Peneliti BRIN: Mengapa Kebakaran Jakarta Tak Meluas Seperti di LA?

Kebakaran hutan yang terjadi di Los Angeles, California, menculik perhatian dunia dengan kerusakan yang sangat luas. Data terbaru menunjukkan lebih dari 35 ribu hektar lahan hangus dan lebih dari 10 ribu bangunan hancur akibat api. Jumlah korban tewas dari peristiwa dahsyat ini mencapai 24 orang. Di tengah keprihatinan tersebut, muncul pertanyaan di kalangan pengguna media sosial mengenai mengapa kebakaran yang terjadi di Jakarta cenderung tidak meluas, meskipun karakteristik geografis dan arsitektur kota Jakarta lebih padat.
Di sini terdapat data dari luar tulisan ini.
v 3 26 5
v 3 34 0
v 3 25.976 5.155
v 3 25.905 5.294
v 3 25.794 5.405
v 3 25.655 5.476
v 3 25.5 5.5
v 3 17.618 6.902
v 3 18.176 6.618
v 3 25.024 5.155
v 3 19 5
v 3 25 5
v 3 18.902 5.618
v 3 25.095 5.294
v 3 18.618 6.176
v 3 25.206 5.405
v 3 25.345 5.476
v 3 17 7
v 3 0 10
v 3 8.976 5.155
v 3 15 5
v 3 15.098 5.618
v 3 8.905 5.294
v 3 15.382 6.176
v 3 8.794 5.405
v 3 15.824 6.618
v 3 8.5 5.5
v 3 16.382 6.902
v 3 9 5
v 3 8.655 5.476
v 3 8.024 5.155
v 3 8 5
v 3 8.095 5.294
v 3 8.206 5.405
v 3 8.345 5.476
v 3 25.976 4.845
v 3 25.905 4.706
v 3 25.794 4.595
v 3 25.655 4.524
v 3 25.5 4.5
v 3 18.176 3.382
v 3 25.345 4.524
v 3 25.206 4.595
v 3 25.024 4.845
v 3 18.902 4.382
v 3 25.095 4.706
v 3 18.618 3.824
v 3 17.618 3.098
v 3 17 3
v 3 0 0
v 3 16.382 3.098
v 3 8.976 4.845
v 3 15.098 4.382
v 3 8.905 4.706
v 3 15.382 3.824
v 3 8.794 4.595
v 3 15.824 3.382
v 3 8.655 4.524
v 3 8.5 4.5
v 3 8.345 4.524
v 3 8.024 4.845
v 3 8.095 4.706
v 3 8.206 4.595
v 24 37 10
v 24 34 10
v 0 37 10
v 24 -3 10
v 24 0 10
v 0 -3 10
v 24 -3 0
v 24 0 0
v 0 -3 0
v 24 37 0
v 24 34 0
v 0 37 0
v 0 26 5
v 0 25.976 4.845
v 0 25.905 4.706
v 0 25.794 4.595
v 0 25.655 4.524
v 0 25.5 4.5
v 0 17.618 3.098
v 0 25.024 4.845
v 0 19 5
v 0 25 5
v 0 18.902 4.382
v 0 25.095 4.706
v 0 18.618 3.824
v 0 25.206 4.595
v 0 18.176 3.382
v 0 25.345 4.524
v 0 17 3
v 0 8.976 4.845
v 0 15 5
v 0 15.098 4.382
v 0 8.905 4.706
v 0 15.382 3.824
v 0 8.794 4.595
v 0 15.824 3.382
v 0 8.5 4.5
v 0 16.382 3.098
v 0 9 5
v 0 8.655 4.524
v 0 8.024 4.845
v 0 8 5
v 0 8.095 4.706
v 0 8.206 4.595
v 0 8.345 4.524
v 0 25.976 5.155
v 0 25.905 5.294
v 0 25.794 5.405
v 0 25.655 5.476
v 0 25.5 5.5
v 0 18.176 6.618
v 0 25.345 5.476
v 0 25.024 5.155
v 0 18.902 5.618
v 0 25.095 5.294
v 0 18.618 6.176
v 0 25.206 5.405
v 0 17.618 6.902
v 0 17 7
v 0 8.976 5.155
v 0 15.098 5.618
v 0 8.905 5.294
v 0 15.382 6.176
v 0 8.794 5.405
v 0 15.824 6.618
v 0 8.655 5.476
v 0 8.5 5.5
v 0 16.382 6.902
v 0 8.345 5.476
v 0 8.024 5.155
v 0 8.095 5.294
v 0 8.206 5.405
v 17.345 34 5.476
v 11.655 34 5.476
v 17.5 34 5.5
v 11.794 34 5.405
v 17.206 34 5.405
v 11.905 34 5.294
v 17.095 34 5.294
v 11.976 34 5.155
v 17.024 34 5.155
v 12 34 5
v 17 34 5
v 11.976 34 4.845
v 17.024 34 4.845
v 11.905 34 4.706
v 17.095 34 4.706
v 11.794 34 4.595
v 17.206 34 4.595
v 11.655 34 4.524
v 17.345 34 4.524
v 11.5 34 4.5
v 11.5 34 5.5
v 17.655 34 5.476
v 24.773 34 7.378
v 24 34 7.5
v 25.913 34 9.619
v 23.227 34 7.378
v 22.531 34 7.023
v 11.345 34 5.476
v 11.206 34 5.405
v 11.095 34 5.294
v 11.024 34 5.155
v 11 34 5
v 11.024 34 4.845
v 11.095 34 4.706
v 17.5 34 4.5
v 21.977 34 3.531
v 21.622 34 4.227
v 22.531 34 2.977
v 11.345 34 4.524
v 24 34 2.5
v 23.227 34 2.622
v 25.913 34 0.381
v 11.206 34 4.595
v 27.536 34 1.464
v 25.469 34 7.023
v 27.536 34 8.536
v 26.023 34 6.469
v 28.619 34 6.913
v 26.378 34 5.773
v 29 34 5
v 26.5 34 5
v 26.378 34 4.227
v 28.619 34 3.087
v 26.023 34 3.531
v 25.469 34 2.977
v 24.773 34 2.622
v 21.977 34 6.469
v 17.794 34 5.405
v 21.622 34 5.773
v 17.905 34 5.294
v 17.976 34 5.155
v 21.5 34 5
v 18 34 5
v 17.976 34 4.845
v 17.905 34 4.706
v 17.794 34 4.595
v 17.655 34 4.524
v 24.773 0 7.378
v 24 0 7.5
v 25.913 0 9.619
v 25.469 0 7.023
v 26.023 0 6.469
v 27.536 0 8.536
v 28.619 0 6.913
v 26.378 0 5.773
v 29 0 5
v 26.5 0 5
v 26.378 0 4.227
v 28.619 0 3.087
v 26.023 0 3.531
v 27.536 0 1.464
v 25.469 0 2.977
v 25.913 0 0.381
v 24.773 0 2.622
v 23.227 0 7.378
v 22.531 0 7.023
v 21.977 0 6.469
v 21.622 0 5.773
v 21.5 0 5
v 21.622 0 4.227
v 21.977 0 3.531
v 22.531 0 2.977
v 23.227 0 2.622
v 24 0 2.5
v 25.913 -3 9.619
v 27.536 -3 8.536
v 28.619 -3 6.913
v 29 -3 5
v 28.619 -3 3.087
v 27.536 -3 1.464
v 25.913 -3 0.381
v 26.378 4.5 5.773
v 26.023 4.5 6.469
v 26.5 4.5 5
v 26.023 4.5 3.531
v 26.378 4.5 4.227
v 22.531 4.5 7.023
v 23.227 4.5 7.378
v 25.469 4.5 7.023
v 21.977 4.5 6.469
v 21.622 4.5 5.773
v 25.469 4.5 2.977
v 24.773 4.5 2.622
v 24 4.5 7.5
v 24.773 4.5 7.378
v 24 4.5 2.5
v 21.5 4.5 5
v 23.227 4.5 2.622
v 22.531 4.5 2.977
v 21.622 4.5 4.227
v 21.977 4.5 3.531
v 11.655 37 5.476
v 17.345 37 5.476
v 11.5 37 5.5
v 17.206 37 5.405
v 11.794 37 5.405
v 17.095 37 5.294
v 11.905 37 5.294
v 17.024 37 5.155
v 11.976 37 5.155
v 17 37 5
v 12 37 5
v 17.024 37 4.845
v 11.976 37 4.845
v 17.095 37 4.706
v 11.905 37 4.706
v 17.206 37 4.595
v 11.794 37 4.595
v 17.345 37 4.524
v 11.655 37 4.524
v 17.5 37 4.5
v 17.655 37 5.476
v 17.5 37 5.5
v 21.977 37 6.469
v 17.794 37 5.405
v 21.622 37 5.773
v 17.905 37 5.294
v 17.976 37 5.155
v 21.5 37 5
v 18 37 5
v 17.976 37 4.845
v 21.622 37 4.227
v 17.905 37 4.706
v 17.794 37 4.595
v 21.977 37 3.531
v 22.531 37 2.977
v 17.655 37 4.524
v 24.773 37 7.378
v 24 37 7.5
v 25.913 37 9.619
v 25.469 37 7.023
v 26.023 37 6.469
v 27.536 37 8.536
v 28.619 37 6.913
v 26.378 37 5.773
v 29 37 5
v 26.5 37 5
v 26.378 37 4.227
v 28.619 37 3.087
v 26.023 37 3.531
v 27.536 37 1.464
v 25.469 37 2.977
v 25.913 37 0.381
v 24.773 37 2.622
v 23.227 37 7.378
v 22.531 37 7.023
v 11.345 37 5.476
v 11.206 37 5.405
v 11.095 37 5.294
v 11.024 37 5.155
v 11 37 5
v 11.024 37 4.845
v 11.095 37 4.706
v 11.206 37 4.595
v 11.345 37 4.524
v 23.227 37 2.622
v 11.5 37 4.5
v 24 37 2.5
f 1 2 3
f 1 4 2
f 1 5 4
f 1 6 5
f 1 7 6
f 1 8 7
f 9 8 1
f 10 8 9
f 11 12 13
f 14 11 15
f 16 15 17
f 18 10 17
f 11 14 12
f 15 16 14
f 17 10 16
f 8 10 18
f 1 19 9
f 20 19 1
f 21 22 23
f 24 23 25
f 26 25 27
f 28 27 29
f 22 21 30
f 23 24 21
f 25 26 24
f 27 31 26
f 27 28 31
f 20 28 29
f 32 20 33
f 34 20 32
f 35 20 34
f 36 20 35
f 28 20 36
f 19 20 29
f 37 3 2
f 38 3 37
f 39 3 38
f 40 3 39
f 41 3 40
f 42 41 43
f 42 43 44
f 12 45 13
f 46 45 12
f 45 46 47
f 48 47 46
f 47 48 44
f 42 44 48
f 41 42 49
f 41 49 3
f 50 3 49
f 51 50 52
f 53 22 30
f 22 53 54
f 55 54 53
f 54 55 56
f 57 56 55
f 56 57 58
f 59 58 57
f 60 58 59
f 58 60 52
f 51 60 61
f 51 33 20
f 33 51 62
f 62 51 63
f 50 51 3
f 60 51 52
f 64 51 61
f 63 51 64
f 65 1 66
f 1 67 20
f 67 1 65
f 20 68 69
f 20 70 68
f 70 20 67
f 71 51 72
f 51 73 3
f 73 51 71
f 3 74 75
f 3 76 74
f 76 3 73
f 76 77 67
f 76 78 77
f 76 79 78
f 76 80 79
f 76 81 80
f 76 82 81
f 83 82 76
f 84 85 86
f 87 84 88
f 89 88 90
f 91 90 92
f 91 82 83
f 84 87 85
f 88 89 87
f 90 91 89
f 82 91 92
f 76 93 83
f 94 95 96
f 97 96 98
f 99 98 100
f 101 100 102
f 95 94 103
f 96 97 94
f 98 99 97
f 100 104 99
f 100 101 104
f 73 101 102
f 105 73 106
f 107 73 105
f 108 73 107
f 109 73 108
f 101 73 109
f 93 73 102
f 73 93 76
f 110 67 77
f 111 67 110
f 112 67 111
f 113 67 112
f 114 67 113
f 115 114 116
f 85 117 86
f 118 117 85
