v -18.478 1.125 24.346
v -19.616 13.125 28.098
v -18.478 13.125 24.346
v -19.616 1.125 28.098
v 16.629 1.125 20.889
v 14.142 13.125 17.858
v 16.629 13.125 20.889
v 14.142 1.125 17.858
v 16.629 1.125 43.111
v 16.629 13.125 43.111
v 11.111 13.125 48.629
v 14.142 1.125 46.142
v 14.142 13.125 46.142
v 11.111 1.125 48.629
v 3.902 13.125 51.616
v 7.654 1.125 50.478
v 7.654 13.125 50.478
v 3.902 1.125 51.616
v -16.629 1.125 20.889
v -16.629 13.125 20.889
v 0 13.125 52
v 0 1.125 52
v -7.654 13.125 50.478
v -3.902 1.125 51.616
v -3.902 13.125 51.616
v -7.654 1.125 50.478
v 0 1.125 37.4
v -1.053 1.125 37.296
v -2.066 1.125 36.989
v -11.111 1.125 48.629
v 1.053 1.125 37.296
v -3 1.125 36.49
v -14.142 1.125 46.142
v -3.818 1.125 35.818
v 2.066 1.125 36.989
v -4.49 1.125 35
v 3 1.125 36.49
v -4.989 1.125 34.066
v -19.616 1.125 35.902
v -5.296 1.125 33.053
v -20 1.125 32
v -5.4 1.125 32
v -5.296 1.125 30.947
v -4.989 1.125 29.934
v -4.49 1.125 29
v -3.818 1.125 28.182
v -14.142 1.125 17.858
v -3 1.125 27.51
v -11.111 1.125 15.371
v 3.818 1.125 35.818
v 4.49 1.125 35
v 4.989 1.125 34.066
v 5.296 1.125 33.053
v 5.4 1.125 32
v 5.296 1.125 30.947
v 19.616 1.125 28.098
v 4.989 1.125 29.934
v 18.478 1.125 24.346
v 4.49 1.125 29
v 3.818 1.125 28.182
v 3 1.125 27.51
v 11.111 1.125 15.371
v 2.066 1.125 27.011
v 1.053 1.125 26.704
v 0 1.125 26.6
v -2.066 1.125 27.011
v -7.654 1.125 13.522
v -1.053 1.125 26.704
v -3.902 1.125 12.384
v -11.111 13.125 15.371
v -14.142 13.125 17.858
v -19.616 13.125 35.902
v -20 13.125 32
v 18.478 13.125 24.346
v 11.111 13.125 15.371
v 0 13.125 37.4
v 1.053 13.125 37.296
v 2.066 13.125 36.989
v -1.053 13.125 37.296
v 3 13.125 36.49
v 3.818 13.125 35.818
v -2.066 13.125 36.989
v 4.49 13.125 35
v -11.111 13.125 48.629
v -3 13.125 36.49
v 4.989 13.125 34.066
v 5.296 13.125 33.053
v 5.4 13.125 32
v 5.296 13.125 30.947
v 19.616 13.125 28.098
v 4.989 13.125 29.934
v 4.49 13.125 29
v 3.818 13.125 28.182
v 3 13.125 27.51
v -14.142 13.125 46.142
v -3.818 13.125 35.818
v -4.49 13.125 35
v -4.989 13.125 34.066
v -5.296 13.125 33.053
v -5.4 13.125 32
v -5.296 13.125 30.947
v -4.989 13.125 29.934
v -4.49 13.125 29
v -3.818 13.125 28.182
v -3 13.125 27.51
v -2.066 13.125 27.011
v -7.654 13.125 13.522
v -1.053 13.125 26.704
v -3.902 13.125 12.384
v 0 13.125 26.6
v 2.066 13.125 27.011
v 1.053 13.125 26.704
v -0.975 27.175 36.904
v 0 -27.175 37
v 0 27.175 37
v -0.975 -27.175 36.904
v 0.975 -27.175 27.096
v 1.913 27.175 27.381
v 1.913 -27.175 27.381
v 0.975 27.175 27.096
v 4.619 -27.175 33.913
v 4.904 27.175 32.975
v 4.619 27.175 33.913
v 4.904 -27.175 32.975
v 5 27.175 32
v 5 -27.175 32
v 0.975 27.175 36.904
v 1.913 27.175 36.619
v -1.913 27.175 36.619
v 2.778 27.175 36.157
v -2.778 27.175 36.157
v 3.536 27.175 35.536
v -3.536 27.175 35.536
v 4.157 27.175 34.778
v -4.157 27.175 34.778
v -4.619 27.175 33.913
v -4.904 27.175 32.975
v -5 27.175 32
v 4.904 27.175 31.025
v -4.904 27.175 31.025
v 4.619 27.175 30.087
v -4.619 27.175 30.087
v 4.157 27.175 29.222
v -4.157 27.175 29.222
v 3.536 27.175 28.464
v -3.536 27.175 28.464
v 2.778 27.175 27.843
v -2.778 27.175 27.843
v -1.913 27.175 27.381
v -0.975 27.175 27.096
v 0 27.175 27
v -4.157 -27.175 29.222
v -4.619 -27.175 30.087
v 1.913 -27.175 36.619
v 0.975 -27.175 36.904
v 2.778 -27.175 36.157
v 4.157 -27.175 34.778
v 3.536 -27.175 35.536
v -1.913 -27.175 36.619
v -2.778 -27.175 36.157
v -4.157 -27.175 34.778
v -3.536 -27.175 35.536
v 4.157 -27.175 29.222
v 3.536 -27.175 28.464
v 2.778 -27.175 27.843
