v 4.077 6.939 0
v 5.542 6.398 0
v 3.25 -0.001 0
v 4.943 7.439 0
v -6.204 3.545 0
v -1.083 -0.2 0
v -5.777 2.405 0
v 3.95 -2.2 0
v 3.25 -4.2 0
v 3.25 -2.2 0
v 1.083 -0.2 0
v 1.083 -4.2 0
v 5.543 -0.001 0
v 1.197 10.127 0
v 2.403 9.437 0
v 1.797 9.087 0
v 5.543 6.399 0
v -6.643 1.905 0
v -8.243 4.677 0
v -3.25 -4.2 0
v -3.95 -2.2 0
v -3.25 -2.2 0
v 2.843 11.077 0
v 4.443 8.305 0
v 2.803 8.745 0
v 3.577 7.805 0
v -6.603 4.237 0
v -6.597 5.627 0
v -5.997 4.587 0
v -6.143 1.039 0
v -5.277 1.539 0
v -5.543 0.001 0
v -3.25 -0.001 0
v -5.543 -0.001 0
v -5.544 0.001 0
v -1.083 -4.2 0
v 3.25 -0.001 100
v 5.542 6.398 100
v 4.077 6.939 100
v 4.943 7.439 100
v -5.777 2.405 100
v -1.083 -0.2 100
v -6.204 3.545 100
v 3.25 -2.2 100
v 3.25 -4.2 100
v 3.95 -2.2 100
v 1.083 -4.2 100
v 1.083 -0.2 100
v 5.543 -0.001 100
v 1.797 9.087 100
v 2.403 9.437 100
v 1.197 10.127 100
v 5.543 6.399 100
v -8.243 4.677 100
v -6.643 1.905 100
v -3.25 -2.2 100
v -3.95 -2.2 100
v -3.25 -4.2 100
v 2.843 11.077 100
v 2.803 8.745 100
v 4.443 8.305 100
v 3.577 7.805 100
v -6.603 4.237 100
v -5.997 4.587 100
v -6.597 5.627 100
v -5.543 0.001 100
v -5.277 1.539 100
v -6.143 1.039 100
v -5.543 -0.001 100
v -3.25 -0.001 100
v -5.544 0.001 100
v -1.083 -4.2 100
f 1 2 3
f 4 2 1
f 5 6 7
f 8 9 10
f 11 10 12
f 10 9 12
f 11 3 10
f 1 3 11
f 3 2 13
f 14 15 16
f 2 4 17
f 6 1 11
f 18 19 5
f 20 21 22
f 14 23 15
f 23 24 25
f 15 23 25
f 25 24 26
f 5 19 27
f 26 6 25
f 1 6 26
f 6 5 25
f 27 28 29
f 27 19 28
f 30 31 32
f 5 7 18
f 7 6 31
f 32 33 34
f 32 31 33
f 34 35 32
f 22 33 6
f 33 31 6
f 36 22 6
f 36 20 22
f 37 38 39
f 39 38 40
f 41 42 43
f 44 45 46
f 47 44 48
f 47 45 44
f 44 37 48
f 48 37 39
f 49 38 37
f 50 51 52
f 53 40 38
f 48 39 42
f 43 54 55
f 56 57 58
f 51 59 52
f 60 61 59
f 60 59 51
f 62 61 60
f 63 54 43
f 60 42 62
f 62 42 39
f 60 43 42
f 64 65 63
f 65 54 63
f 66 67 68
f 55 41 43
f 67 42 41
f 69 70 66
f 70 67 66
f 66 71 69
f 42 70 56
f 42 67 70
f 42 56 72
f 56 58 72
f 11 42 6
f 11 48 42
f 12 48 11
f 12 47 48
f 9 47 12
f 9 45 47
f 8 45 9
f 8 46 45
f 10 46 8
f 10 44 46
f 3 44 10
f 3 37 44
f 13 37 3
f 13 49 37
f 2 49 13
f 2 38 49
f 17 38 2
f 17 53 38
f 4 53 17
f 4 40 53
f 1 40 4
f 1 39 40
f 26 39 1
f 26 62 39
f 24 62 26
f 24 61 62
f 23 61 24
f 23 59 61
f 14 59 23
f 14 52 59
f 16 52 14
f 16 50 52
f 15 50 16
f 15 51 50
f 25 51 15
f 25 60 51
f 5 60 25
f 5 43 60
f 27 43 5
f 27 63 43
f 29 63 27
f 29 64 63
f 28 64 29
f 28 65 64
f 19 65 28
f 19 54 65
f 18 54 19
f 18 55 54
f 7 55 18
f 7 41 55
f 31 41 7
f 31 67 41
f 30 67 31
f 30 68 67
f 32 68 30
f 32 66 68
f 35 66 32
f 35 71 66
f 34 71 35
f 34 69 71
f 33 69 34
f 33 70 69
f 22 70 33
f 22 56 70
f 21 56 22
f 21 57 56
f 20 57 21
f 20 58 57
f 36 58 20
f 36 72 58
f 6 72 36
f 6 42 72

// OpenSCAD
part="rail"; // [diffusor,rail,demo]

height=100; // [0:1000]
hollow="no"; // [yes,no]
rail_wall=0.8; // [0:0.05:10]

strip_width=10.0; // [0:0.1:50]
strip_clearence=0.2; // [0:0.05:2]
strip_border_height=2.0; // [0:0.05:10]
strip_border_width=1.2; // [0:0.05:10]
strip_hook_width=0.7; // [0:0.05:10]
strip_thickness=0.8; // [0:0.05:10]

profile_slot_width=6.2; // [0:0.1:50]
profile_thickness=2.0; // [0:0.1:50]
profile_tooth_edge=0.7; // [0:0.1:50]
profile_tooth_depth=2.0; // [0:0.1:50]
profile_slot_pressure=0.3; // [0:0.1:50]
profile_clearence=0.2; // [0:0.05:2]
profile_edge_min_width=2.0; // [0:0.1:50]

enable_diffusor="yes"; // [yes,no]
diffusor_wall=0.8; // [0:0.05:100]
diffusor_slot_depth=1.0; // [0:0.05:10]
diffusor_holder_wall=1.2; // [0:0.05:10]
diffusor_pressure=0.3; // [0:0.05:10]
diffusor_clearence=0.1; // [0:0.05:10]

angle=30; // [0:360]
offset_x=0.0; // [0:100]
offset_y=0.0; // [0:100]

$fn=32;

//!profile_teeth_shape();
module profile_teeth_shape() {
    r1=1;

    x1=(profile_slot_width+profile_slot_pressure)/2;
    y2=profile_thickness+profile_clearence;
    x3=x1+profile_tooth_edge;
    y4=y2+profile_tooth_depth;
    x5=x1/3;
    y6=y2-2;

    intersection()
    {
        polygon([
            [-x1,0.001],
            [-x1,-y2],
            [-x3,-y2],
            [-x1,-y4],
            [-x5,-y4],
            [-x5,-y6],
    
            [x5,-y6],
            [x5,-y4],
            [x1,-y4],
            [x3,-y2],
            [x1,-y2],
            [x1,0.001]
        ]);
/*
        offset(r1)
            offset(-r1)
                polygon([
                    [-x3-r1,0.001+r1],
                    [-x3-r1,-y4+r1],
                    [-x3,-y2],
                    [-x4,-y4],
                    [-x5,-y4],
                    [-0.5,-y6],
            
                    [0.5,-y6],
                    [x5,-y4],
                    [x4,-y4],
                    [x3,-y2],
                    [x3+r1,-y4+r1],
                    [x3+r1,0.001+r1],
                ]);
*/
    }
}

rail_width=strip_width+2*strip_clearence+2*strip_border_width;
rail_base_width=max(rail_width*cos(angle),profile_slot_width+profile_slot_pressure+2*profile_edge_min_width);

module strip_holder_shape() {
    x1=rail_width/2-strip_border_width;
    y2=strip_thickness;
    x3=x1-strip_hook_width;
    y4=strip_border_height;
    x5=rail_width/2;

    polygon([
        [-x1,0.001],
        [-x1,y2],
        [-x3,y2],
        [-x3,y4],
        [-x5,y4],
        [-x5,-0.001],

        [x5,-0.001],
        [x5,y4],
        [x3,y4],
        [x3,y2],
        [x1,y2],
        [x1,0.001],
    ]);
}

diffusor_holder_height=2*diffusor_holder_wall+diffusor_wall+2*diffusor_clearence;
module diffusor_holder_shape() {
    x1=rail_width/2;
    y2=diffusor_holder_wall;
    x3=x1-diffusor_slot_depth;
    y4=diffusor_holder_height-diffusor_holder_wall;
    y6=diffusor_holder_height;

    polygon([
        [x1,-0.001],
        [x1,y2],
        [x3,y2],
        [x3,y4],
        [x1,y4],
        [x1,y6+0.001],

        [-x1,y6+0.001],
        [-x1,y4],
        [-x3,y4],
        [-x3,y2],
        [-x1,y2],
        [-x1,-0.001]
    ]);
}

diffusor_placeholder_height=2*rail_wall;
module diffusor_placeholder_shape() {
    x1=rail_width/2;
    y6=diffusor_placeholder_height;

    polygon([
        [x1,-0.001],
        [x1,y6+0.001],

        [-x1,y6+0.001],
        [-x1,-0.001]
    ]);
}

module rail_base_shape() {
    x1=rail_width/2;
    x2=rail_base_width-x1;
    x4=rail_width*cos(angle)-x1;
    y4=rail_width*sin(angle);

    polygon([
        [-x1+offset_x-0.001,offset_y+0.001],
        [-x1,-0.001],
        [x2,-0.001],
        [x2,min(offset_y,1)],
        [x4+offset_x-0.001,y4+offset_y+0.001]
    ]);
}

module rail_shape() {
    translate([rail_width/2-rail_base_width/2,0]) {
        translate([-rail_width/2+offset_x,offset_y]) {
            rotate(angle) {
                translate([rail_width/2,0]) {
                    if (enable_diffusor == "yes") {
                        translate([0,diffusor_holder_height])
                            strip_holder_shape();
                        diffusor_holder_shape();
                    } else {
                        translate([0,diffusor_placeholder_height])
                            strip_holder_shape();
                        diffusor_placeholder_shape();
                    }
                }
            }
        }
        
        rail_base_shape();
    }
    
    profile_teeth_shape();
}

module diffusor_inner_shape() {
    x1=rail_width/2;
    y1=diffusor_holder_height-diffusor_holder_wall-diffusor_clearence;
    y2=diffusor_holder_height+strip_border_height+0.5;

    translate([0,y2]) {
        intersection() {
            scale([1,0.3]) circle(r=x1);
            translate([-x1,0])
                square([2*x1,x1]);
        }
    }
    translate([-x1,y1])
        square([2*x1,y2-y1+0.001]);
}

module diffusor_shape() {
    difference()  {
        offset(diffusor_wall)
            diffusor_inner_shape();

        diffusor_inner_shape();
        translate([-(rail_width/2-diffusor_slot_depth-diffusor_pressure),diffusor_holder_wall+diffusor_clearence-0.001])
            square([rail_width-2*diffusor_slot_depth-2*diffusor_pressure,diffusor_wall+0.002]);
    }
}

module diffusor() {
    if (height>0)
        linear_extrude(height=height)
            diffusor_shape();
    else
        diffusor_shape();
}

module rail() {
    if (height>0) {
        linear_extrude(height=height) {
            difference() {
                rail_shape();
                if (hollow=="yes")
                    offset(-rail_wall)
                        rail_shape();
            }
        }
    } else {
        difference() {
            rail_shape();
            if (hollow=="yes")
                offset(-rail_wall)
                    rail_shape();
        }
    }
}

module demo() {
    color("gray")
        rail();
    color("white",0.4) {
        translate([rail_width/2-rail_base_width/2+offset_x,offset_y]) {
            translate([-rail_width/2,0]) {
                rotate(angle) {
                    translate([rail_width/2,0]) {
                        diffusor();
                    }
                }
            }
        }
    }
}

if (part=="diffusor")
    diffusor();
else if (part=="rail")
    rail();
else if (part=="demo")
    demo();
Peneliti dari Badan Riset dan Inovasi Nasional (BRIN), Profesor Dr. Erma Yulihastin, memberikan penjelasan mengenai fenomena ini. Menurutnya, salah satu faktor utama yang mempengaruhi adalah keberadaan angin Santa Ana di California, yang dikenal dapat memicu kebakaran besar. Angin ini adalah angin kering dan panas yang mampu mencapai kecepatan lebih dari 50 km/jam, yang berfungsi sebagai pengglobal kebakaran.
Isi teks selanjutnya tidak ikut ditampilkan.